Beim Öl ging das Spiel so richtig mit den Preisschocks der Siebzigerjahre los. Bis dahin hatten die Ölstaaten die Hoheit über das schwarze Gold gegen eine Gewinnbeteiligung von 10 bis 20 Prozent an einige wenige Ölkonzerne abgetreten. Aus Angst, die Knebelverträge könnten nicht lange halten, förderten die Ölriesen jahrzehntelang, so viel es nur ging. Die Folge waren Niedrigstpreise.
Das Kalkül ging auf
Die Ölkonzerne behielten recht, die Verträge wurden aufgelöst, Ölfelder verstaatlicht, und die Erdöl produzierenden Länder wurden selbst Herr über ihre Schätze unter dem Wüstensand. Fortan standen Staaten wie Saudi-Arabien für die Minenbesitzer in Hotellings Preismodell: Das Öl im Boden war ihr Vermögen, die Zinsen zur damaligen Zeit niedrig - es war somit attraktiver, weniger Öl zu fördern als die Konzerne zuvor und auf steigende Preise zu spekulieren. Das Kalkül ging auf, der Ölpreis stieg erst über zehn Dollar und 1979 gar auf mehr als 40 Dollar.
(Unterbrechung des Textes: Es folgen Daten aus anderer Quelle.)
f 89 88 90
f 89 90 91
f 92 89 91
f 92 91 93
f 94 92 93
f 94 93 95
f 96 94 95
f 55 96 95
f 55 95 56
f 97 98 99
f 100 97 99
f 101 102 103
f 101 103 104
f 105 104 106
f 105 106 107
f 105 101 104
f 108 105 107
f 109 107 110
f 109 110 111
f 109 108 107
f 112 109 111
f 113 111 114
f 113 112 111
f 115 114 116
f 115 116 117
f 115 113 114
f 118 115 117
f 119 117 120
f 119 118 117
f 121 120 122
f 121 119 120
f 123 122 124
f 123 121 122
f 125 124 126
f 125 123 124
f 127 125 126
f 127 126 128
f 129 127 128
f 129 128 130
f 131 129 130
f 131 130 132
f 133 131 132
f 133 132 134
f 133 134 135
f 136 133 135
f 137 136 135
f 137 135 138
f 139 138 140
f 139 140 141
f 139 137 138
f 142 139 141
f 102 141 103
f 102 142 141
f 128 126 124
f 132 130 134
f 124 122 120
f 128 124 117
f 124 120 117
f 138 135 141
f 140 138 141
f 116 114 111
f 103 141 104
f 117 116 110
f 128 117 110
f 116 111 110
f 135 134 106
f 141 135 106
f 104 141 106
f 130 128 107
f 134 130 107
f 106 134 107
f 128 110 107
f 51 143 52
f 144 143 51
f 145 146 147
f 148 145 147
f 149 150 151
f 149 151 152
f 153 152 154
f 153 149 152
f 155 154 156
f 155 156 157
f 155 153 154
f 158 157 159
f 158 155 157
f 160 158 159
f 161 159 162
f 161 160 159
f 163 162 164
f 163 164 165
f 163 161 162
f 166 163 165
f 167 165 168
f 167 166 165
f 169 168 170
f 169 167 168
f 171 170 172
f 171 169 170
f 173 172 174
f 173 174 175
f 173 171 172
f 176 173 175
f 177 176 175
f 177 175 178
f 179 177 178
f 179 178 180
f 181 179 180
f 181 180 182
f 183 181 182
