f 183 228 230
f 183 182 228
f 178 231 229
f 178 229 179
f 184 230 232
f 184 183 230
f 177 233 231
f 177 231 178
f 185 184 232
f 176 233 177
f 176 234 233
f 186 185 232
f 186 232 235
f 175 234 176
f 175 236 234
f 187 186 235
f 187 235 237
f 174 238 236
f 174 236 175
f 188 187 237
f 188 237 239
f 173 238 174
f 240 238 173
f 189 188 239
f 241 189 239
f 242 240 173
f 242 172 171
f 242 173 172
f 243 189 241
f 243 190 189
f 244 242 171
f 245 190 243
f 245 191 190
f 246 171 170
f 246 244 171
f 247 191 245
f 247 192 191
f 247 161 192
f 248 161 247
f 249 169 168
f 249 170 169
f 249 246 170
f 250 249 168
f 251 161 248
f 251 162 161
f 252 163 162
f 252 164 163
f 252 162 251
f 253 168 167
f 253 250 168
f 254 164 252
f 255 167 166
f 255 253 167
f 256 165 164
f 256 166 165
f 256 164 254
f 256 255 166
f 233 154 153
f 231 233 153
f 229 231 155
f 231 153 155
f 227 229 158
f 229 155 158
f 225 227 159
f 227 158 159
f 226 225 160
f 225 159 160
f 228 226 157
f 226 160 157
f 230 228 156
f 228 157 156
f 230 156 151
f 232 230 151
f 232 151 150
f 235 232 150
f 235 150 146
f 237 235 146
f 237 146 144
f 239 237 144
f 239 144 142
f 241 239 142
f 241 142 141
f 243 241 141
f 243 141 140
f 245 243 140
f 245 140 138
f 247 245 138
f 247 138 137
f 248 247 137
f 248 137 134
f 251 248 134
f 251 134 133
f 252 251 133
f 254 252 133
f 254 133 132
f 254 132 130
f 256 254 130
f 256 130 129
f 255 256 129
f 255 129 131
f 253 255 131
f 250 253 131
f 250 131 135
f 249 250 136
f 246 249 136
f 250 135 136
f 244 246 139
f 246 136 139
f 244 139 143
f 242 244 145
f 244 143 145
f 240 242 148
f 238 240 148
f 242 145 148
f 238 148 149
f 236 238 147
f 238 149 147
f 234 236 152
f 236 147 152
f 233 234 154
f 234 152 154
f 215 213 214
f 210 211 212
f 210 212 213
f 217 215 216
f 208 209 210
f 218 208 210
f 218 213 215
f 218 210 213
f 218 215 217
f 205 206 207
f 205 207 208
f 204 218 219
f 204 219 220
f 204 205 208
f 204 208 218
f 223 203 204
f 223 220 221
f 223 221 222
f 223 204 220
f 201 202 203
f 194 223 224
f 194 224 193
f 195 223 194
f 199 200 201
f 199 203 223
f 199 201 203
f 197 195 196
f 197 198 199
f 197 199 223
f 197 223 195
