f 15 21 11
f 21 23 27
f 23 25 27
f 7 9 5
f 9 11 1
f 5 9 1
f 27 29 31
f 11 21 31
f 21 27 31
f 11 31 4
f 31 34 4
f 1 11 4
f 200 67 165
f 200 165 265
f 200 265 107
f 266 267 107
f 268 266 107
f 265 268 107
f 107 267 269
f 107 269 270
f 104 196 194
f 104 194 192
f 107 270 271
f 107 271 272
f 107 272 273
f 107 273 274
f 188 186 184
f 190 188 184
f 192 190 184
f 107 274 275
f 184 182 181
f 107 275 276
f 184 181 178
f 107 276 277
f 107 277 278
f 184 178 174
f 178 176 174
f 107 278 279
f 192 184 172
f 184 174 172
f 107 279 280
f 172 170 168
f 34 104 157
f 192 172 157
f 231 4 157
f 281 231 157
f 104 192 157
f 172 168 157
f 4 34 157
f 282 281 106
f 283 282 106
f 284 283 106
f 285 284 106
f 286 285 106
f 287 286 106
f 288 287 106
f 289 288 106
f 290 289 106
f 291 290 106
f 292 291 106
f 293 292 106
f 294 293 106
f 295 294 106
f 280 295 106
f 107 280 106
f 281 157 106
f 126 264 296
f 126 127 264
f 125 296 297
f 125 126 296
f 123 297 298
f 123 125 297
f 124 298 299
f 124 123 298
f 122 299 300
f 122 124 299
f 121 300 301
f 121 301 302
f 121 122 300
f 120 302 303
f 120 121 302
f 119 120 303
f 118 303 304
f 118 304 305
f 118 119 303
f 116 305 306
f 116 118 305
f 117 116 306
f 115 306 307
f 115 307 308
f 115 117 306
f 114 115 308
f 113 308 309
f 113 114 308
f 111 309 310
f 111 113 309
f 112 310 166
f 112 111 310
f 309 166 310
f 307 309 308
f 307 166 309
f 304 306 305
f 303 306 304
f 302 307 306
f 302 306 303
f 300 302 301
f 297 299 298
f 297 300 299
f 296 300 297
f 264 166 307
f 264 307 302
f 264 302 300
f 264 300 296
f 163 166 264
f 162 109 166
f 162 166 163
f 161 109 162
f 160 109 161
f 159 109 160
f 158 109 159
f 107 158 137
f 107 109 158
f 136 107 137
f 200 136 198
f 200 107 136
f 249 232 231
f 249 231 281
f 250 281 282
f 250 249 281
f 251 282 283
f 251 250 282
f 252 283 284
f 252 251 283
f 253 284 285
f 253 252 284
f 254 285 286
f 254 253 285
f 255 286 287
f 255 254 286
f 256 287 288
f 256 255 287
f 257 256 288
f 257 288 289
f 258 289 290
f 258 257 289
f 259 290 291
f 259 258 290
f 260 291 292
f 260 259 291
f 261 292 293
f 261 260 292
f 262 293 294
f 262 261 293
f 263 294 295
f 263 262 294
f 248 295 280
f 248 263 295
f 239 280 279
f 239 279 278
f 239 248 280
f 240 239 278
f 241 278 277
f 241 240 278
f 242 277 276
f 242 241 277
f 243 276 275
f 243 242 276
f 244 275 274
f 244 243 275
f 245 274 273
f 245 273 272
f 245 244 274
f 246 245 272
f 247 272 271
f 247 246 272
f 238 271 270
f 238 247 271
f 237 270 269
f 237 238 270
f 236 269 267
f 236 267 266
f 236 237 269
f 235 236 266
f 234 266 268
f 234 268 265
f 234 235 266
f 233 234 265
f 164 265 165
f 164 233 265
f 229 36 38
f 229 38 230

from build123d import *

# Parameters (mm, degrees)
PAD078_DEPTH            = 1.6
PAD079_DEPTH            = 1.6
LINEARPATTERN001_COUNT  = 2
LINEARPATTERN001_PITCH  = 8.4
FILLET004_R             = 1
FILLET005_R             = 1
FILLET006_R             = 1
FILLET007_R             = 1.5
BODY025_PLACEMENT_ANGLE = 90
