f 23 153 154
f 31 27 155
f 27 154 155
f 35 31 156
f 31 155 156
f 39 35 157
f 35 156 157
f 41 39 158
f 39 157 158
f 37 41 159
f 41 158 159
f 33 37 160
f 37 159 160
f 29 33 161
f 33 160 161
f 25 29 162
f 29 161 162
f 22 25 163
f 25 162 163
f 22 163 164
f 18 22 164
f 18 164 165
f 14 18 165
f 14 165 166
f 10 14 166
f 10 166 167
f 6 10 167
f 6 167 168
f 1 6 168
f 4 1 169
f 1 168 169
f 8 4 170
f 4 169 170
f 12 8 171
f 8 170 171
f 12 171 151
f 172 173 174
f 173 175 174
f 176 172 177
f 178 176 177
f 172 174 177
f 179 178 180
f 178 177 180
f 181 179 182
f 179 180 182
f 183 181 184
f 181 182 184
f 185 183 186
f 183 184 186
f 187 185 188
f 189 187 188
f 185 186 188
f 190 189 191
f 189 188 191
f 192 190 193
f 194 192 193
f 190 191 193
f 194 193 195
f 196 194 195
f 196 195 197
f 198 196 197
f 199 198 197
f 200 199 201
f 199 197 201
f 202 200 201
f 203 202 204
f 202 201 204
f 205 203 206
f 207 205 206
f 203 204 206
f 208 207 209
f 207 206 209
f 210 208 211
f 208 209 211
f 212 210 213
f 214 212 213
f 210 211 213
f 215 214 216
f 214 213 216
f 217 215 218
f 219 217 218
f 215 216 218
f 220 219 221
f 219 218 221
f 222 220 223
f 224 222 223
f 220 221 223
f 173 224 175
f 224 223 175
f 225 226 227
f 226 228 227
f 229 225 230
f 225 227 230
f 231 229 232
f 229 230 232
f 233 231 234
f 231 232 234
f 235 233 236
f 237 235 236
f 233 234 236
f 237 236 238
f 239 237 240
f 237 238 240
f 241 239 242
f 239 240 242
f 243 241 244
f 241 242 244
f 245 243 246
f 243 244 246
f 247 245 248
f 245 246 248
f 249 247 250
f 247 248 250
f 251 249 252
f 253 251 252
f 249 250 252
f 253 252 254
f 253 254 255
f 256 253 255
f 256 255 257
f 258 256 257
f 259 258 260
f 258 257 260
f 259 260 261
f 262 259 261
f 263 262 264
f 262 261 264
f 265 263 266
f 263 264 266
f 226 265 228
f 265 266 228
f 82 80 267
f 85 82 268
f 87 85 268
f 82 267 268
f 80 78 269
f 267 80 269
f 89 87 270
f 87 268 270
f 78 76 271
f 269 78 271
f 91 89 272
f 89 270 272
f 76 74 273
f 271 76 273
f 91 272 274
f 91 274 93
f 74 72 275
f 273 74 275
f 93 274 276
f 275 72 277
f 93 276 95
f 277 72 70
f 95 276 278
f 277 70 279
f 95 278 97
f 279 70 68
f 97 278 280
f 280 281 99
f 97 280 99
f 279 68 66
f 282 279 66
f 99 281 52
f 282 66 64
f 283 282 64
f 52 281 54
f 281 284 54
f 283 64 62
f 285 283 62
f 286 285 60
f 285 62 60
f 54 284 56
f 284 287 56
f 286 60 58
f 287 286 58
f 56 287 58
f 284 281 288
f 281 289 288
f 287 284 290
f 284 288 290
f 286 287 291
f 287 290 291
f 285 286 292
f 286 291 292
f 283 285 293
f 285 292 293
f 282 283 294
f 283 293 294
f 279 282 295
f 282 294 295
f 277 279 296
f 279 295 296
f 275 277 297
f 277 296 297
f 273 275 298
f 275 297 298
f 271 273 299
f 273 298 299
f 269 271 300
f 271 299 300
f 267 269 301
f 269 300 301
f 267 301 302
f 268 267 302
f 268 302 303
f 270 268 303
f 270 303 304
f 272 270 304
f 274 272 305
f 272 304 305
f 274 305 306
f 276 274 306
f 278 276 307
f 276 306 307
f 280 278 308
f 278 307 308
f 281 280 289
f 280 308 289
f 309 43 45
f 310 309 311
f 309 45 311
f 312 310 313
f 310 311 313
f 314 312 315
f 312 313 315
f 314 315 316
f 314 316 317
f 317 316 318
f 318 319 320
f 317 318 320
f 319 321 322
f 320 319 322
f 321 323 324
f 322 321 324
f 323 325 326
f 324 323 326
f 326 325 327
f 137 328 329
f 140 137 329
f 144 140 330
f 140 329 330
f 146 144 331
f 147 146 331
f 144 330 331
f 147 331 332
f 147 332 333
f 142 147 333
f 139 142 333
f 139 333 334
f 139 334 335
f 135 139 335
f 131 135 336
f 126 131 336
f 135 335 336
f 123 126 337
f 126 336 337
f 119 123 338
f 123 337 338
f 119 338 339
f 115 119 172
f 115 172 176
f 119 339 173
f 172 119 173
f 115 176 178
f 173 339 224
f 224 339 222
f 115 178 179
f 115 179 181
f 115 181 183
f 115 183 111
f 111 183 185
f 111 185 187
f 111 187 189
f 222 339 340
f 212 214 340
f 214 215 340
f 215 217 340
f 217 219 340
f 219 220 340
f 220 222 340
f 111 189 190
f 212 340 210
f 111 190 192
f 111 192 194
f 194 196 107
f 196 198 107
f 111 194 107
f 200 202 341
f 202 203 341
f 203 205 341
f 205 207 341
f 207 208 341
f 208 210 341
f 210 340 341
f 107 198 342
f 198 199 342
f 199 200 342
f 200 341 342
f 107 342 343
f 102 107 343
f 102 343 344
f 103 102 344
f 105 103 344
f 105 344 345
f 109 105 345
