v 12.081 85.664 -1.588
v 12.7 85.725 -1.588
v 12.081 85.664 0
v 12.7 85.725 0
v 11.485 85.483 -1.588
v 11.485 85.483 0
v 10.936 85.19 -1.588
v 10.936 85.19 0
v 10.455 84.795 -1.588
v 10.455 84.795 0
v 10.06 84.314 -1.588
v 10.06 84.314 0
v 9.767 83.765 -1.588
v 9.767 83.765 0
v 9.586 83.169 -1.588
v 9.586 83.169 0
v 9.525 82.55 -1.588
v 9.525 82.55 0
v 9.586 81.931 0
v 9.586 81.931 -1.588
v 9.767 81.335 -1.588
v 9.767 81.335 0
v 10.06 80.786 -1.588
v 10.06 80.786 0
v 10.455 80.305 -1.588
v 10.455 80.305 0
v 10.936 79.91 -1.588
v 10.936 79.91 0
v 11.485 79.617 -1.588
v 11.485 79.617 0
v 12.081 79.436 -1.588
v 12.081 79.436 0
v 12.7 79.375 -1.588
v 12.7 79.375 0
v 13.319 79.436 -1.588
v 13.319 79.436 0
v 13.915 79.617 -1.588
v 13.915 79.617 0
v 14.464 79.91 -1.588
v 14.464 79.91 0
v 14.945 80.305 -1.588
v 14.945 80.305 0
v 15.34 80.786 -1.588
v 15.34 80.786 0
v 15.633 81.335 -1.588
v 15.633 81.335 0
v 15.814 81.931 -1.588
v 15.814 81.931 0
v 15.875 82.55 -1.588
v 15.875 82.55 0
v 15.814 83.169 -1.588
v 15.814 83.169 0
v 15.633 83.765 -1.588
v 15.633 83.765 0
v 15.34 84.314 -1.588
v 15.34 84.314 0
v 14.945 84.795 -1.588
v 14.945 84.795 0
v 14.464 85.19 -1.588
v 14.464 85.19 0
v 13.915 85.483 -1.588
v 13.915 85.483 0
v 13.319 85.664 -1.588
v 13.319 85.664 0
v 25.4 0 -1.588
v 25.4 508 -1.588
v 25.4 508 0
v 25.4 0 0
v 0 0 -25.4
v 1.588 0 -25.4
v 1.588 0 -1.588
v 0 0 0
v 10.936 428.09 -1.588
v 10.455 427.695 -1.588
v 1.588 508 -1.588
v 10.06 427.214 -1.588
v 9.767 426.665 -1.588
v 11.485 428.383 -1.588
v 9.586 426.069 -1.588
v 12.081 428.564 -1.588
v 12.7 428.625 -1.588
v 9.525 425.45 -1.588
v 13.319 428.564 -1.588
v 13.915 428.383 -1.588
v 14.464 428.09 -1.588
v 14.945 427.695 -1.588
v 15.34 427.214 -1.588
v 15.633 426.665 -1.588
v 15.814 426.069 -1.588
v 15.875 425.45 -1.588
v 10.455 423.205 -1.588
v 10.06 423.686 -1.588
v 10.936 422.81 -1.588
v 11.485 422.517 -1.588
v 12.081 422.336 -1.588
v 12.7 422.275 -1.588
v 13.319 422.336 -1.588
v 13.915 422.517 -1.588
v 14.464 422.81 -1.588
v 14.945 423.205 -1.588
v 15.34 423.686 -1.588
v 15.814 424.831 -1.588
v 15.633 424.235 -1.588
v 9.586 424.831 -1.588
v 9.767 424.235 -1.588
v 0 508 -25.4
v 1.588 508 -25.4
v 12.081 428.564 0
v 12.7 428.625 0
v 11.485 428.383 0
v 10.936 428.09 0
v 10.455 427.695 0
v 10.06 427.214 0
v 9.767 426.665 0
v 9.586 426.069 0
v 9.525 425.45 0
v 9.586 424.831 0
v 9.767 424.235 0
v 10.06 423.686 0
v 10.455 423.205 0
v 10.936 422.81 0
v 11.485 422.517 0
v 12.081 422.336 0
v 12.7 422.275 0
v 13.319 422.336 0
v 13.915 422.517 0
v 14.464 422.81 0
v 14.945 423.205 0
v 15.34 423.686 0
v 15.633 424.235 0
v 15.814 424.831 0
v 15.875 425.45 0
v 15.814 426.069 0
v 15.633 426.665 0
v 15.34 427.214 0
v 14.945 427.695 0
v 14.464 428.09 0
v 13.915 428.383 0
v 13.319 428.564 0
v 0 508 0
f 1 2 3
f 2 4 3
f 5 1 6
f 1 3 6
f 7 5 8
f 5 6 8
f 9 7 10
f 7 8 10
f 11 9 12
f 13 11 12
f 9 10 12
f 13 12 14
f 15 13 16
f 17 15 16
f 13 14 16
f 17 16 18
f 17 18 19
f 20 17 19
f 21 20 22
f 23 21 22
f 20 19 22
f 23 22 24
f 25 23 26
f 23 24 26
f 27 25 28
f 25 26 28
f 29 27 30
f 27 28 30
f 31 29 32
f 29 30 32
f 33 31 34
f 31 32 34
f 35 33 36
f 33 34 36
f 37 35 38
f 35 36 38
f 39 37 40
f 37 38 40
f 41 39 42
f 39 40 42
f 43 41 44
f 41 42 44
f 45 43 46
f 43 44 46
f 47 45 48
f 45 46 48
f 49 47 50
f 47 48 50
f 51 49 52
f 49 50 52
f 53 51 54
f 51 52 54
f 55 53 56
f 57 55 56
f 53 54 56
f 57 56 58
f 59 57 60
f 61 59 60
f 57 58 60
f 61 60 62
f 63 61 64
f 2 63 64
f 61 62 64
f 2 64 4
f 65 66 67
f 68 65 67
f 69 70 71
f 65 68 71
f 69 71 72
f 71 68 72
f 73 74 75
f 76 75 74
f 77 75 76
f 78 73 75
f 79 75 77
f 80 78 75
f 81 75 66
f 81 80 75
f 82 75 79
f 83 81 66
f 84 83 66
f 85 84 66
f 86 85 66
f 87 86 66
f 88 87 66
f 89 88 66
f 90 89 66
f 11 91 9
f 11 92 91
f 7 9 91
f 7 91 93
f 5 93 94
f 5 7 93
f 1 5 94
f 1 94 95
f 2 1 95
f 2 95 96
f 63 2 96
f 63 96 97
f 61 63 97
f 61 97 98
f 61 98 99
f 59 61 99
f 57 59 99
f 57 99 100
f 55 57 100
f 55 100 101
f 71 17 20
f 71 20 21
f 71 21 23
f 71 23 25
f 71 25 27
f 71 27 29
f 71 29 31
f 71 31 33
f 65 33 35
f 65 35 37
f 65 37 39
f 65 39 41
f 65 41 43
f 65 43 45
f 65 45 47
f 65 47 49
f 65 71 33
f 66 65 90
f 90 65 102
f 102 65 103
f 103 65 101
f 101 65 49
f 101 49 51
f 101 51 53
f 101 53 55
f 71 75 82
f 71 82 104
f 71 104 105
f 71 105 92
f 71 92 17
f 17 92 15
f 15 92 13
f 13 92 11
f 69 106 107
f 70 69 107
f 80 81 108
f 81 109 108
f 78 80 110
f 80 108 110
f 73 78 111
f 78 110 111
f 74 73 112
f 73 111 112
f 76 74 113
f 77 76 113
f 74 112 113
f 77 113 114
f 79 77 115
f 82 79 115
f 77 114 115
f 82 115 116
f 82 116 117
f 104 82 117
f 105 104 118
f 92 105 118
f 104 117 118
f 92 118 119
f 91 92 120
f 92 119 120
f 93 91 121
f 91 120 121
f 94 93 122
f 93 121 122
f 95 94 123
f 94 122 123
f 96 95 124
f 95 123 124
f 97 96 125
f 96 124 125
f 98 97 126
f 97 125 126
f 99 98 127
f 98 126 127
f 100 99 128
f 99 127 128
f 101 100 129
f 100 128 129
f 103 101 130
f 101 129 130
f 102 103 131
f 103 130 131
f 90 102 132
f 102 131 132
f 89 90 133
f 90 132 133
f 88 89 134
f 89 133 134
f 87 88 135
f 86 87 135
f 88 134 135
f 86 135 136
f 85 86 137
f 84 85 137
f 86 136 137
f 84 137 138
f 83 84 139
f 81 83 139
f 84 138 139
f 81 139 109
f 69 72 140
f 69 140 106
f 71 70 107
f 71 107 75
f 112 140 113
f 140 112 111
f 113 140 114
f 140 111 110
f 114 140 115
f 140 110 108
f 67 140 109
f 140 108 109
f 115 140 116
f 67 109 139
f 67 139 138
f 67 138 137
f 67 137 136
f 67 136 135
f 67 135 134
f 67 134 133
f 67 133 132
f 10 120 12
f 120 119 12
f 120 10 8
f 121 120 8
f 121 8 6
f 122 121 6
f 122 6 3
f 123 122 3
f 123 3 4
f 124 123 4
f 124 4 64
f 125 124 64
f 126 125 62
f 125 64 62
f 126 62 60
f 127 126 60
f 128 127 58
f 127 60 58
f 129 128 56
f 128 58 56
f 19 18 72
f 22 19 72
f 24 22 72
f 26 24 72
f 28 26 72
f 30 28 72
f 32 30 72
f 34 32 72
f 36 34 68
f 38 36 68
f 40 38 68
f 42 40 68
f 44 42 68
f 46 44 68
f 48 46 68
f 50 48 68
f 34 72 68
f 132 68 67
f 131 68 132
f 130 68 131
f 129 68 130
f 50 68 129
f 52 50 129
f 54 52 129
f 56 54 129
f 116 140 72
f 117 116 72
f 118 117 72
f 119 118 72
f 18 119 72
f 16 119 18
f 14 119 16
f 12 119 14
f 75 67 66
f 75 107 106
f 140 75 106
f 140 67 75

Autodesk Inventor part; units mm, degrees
ref_plane "YZ Plane" through (0, 0, 0) normal (1, 0, 0) x (0, 1, 0)
ref_plane "XZ Plane" through (0, 0, 0) normal (0, 1, 0) x (-1, 0, 0)
ref_plane "XY Plane" through (0, 0, 0) normal (0, 0, 1) x (1, 0, 0)
sketch "Sketch1" plane through (0, 0, 0) normal (0, 1, 0) x (-1, 0, 0)
  line L0 (0, 0) -> (-25.4, 0)
  line L1 (0, 0) -> (0, -25.4)
  line L2 (-1.5875, -25.4) -> (-1.5875, -1.5875)
  line L3 (-1.5875, -1.5875) -> (-25.4, -1.5875)
  line L4 (0, -25.4) -> (-1.5875, -25.4)
  line L5 (-25.4, -1.5875) -> (-25.4, 0)
  dimension "d5" = 25.4
  dimension "d6" = 25.4
  dimension "d7" = 1.5875
extrude "Extrusion1" add sketch "Sketch1" along normal blind 508
sketch "Sketch2" plane through (25.4, 0, -1.5875) normal (0, 0, -1) x (-1, 0, 0)
  line L0 (0, 508) -> (23.8125, 508) projected
  line L1 (25.4, 0) -> (0, 0) projected
  line L2 (0, 0) -> (0, 508) projected
  point P0 (12.7, 425.45)
  point P1 (12.7, 82.55)
  dimension "d10" = 82.55
  dimension "d11" = 82.55
  dimension "d12" = 12.7
  dimension "d13" = 12.7
hole "Hole1" at (12.7, 425.45, -1.5875) at (12.7, 82.55, -1.5875) direction (0, 0, 1) diameter 6.35 end through all
properties part number "gripper main bracket"
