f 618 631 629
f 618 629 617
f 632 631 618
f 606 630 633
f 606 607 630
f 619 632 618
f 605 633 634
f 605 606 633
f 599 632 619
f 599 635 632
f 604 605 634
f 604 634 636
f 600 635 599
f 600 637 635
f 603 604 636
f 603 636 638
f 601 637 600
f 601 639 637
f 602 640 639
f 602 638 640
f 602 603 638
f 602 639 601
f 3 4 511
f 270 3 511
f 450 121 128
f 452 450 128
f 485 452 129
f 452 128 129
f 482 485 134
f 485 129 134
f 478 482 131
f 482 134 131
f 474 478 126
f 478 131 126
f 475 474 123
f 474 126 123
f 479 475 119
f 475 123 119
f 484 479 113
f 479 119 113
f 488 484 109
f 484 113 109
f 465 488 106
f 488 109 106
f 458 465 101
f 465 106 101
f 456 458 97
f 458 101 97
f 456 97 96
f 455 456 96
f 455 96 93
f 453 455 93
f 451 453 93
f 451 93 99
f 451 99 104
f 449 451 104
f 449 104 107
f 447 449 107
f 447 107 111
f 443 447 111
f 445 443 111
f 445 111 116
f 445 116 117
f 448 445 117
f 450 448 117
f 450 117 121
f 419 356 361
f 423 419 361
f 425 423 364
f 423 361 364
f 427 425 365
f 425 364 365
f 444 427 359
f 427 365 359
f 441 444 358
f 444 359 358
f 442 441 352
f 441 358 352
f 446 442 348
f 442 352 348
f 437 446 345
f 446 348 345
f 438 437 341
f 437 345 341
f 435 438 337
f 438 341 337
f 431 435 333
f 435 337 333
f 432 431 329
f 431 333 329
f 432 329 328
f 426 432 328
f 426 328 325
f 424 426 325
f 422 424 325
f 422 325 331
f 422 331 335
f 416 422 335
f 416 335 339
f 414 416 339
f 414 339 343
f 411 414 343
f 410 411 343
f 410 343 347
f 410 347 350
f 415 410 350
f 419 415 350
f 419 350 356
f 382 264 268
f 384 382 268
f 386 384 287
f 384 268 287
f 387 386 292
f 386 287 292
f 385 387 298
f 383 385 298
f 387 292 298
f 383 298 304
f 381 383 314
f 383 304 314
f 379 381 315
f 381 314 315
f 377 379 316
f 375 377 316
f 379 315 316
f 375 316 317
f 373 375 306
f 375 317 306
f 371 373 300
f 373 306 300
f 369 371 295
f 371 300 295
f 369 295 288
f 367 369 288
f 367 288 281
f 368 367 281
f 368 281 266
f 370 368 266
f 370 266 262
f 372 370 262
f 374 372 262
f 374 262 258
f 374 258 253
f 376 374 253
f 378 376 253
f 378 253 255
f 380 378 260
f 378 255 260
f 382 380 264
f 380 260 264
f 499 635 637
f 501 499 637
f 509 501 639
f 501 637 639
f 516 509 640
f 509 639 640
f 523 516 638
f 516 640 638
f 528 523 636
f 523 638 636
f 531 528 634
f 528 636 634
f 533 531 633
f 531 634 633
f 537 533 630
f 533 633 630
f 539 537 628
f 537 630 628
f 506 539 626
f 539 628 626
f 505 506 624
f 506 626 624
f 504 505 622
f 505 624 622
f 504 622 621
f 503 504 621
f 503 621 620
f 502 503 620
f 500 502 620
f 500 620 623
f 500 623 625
Allerdings stiegen die Ressourcenpreise nicht auf Dauer exponentiell an, wie es nach der Hotelling-Regel hätte passieren müssen. Wie der kanadische Ökonom Gérard Gaudet aufzeigt, schwankten die Preissteigerungsraten von Zink, Kupfer, Kohle, Öl oder Gas um den Nullpunkt. Mal stiegen die Preise für einige Zeit deutlich an, dann fielen sie wieder. Schon 1963 zeigten die US-Forscher Harold Barnett und Chandler Morse, dass die Preise einiger Ressourcen - darunter Eisen, Kupfer, Silber und Holz - gar über lange Zeit fielen.